Saved entries:
========

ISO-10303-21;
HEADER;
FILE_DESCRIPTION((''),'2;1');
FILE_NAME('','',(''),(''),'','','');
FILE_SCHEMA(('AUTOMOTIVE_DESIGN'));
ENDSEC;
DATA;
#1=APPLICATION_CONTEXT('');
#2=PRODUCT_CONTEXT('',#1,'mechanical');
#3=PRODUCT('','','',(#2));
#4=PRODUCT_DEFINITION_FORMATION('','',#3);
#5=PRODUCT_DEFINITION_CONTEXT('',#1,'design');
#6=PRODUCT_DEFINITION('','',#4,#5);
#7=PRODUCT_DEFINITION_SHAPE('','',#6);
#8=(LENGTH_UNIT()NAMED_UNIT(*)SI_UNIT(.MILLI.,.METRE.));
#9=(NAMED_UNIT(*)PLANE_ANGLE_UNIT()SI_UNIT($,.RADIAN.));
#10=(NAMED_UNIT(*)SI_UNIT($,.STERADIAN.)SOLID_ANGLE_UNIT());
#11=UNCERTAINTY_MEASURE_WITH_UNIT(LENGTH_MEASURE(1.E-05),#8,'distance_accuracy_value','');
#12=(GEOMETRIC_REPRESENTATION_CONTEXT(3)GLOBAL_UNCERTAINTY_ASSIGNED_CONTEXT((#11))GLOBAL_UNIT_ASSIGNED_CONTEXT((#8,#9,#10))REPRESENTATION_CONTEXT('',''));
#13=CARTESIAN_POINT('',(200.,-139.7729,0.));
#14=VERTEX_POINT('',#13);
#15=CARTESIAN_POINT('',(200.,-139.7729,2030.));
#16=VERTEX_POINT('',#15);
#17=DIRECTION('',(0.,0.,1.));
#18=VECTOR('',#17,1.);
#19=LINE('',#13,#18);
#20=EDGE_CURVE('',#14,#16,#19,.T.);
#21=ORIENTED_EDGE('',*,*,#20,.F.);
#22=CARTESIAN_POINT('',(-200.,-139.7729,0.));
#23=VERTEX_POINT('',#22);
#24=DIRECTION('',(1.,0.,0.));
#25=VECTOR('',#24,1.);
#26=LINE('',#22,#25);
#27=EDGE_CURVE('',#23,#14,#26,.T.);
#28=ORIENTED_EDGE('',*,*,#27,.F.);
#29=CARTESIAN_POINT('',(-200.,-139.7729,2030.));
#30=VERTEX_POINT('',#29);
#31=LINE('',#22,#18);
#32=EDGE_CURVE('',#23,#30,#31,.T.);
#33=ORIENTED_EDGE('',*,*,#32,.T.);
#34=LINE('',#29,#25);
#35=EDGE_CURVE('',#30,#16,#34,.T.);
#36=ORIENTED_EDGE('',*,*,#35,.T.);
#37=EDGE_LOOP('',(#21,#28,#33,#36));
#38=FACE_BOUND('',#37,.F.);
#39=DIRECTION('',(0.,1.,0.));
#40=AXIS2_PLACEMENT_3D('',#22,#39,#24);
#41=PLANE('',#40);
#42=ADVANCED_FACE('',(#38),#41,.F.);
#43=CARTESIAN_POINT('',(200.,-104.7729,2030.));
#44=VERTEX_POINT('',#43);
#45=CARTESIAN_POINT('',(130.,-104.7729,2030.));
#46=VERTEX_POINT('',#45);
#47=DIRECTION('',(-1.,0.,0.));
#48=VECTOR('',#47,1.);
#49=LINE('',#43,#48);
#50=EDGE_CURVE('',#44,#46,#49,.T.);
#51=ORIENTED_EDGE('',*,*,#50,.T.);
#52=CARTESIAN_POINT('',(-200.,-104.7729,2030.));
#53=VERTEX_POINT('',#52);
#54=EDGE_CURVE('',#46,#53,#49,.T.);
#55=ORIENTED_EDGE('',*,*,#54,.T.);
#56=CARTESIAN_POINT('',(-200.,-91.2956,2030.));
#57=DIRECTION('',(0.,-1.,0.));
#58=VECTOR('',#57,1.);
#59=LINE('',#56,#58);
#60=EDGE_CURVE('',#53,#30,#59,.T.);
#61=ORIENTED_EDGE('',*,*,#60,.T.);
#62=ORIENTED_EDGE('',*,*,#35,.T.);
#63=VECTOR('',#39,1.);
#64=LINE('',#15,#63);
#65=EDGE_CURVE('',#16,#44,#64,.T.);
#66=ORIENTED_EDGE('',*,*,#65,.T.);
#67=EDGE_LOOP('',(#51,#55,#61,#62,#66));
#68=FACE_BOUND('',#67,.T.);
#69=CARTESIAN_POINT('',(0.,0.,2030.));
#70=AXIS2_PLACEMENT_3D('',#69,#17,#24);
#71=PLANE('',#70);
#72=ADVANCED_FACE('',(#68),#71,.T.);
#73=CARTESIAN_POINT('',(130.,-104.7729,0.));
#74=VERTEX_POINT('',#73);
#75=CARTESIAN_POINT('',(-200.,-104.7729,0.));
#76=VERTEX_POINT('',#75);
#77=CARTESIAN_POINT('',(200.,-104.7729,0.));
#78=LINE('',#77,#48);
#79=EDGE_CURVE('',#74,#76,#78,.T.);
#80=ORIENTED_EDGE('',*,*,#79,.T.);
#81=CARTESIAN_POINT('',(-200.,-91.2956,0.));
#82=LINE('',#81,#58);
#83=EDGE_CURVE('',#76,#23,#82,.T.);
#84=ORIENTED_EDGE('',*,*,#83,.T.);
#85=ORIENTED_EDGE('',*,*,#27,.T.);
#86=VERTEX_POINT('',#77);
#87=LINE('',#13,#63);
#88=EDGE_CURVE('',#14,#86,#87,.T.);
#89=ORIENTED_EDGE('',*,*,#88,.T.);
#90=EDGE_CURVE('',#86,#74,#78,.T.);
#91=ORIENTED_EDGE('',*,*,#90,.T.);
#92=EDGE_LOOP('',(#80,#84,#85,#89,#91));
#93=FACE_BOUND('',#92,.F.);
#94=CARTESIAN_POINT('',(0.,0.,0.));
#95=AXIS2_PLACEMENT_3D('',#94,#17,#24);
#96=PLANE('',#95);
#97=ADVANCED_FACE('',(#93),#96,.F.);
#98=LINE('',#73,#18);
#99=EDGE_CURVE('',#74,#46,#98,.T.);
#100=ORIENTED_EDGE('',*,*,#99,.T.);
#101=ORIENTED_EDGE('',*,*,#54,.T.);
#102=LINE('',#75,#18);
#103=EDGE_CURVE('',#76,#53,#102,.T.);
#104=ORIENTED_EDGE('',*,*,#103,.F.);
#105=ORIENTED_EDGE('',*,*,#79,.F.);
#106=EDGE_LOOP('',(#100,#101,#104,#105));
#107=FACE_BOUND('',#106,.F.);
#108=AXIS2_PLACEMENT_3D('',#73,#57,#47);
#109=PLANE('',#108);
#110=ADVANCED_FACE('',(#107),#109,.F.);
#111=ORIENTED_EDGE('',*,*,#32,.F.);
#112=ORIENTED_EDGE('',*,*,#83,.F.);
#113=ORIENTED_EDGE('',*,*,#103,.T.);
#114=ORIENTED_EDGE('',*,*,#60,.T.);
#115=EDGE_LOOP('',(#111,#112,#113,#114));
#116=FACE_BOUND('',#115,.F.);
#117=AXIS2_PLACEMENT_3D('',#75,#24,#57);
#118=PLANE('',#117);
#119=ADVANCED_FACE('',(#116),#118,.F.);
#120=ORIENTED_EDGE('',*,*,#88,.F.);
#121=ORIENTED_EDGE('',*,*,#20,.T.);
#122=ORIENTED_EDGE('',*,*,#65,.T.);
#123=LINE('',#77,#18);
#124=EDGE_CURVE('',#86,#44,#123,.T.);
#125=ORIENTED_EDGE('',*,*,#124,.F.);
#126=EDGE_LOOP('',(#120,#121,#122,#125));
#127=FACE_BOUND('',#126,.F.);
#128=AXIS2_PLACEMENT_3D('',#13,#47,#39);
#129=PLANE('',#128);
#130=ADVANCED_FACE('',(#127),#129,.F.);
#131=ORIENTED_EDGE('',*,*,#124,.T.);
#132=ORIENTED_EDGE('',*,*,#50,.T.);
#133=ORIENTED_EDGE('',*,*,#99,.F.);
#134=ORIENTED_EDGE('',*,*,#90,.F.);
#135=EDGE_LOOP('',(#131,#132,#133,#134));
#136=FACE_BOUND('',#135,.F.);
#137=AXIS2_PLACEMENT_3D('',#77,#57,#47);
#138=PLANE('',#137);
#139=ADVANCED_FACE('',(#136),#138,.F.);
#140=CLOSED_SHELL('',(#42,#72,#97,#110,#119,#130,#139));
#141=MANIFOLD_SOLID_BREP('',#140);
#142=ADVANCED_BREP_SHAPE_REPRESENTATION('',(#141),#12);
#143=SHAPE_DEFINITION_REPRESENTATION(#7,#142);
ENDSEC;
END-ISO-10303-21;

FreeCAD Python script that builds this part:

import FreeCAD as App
import Part
import Sketcher
Q = App.Units.Quantity


def add_polygon(sketch, points):
    """Adds a closed chain of lines whose ends are joined by coincident constraints."""
    first, n = sketch.GeometryCount, len(points)
    for a, b in zip(points, points[1:] + points[:1]):
        sketch.addGeometry(Part.LineSegment(App.Vector(*a, 0), App.Vector(*b, 0)), False)
    for i in range(n):
        sketch.addConstraint(Sketcher.Constraint("Coincident", first + i, 2, first + (i + 1) % n, 1))

doc = App.newDocument("Part")
body = doc.addObject("PartDesign::Body", "Body")

sketch1 = body.newObject("Sketcher::SketchObject", "Sketch")
sketch1.AttachmentSupport = (doc.getObject("XY_Plane"), [""])
sketch1.MapMode = "FlatFace"
add_polygon(sketch1, [(-200, -105), (-200, -140), (200, -140), (200, -105)])
sketch1.addConstraint([
    Sketcher.Constraint("Vertical", 0),
    Sketcher.Constraint("Horizontal", 1),
    Sketcher.Constraint("Vertical", 2),
    Sketcher.Constraint("Horizontal", 3),
    Sketcher.Constraint("DistanceX", 1, 1, 1, 2, Q("400 mm")),
    Sketcher.Constraint("DistanceY", 0, 2, 0, 1, Q("35 mm")),
    Sketcher.Constraint("DistanceX", 0, 2, -1, 1, Q("200 mm")),
    Sketcher.Constraint("DistanceY", 0, 2, -1, 1, Q("139.773 mm")),
])
pad1 = body.newObject("PartDesign::Pad", "Pad")
pad1.Profile = sketch1
pad1.Length = 2030

doc.recompute()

========

### Instructions for the task
If a line in the entries above contains the word "DIRECTION", copy it.

### Answer space
#17=DIRECTION('',(0.,0.,1.));
#24=DIRECTION('',(1.,0.,0.));
#39=DIRECTION('',(0.,1.,0.));
#47=DIRECTION('',(-1.,0.,0.));
#57=DIRECTION('',(0.,-1.,0.));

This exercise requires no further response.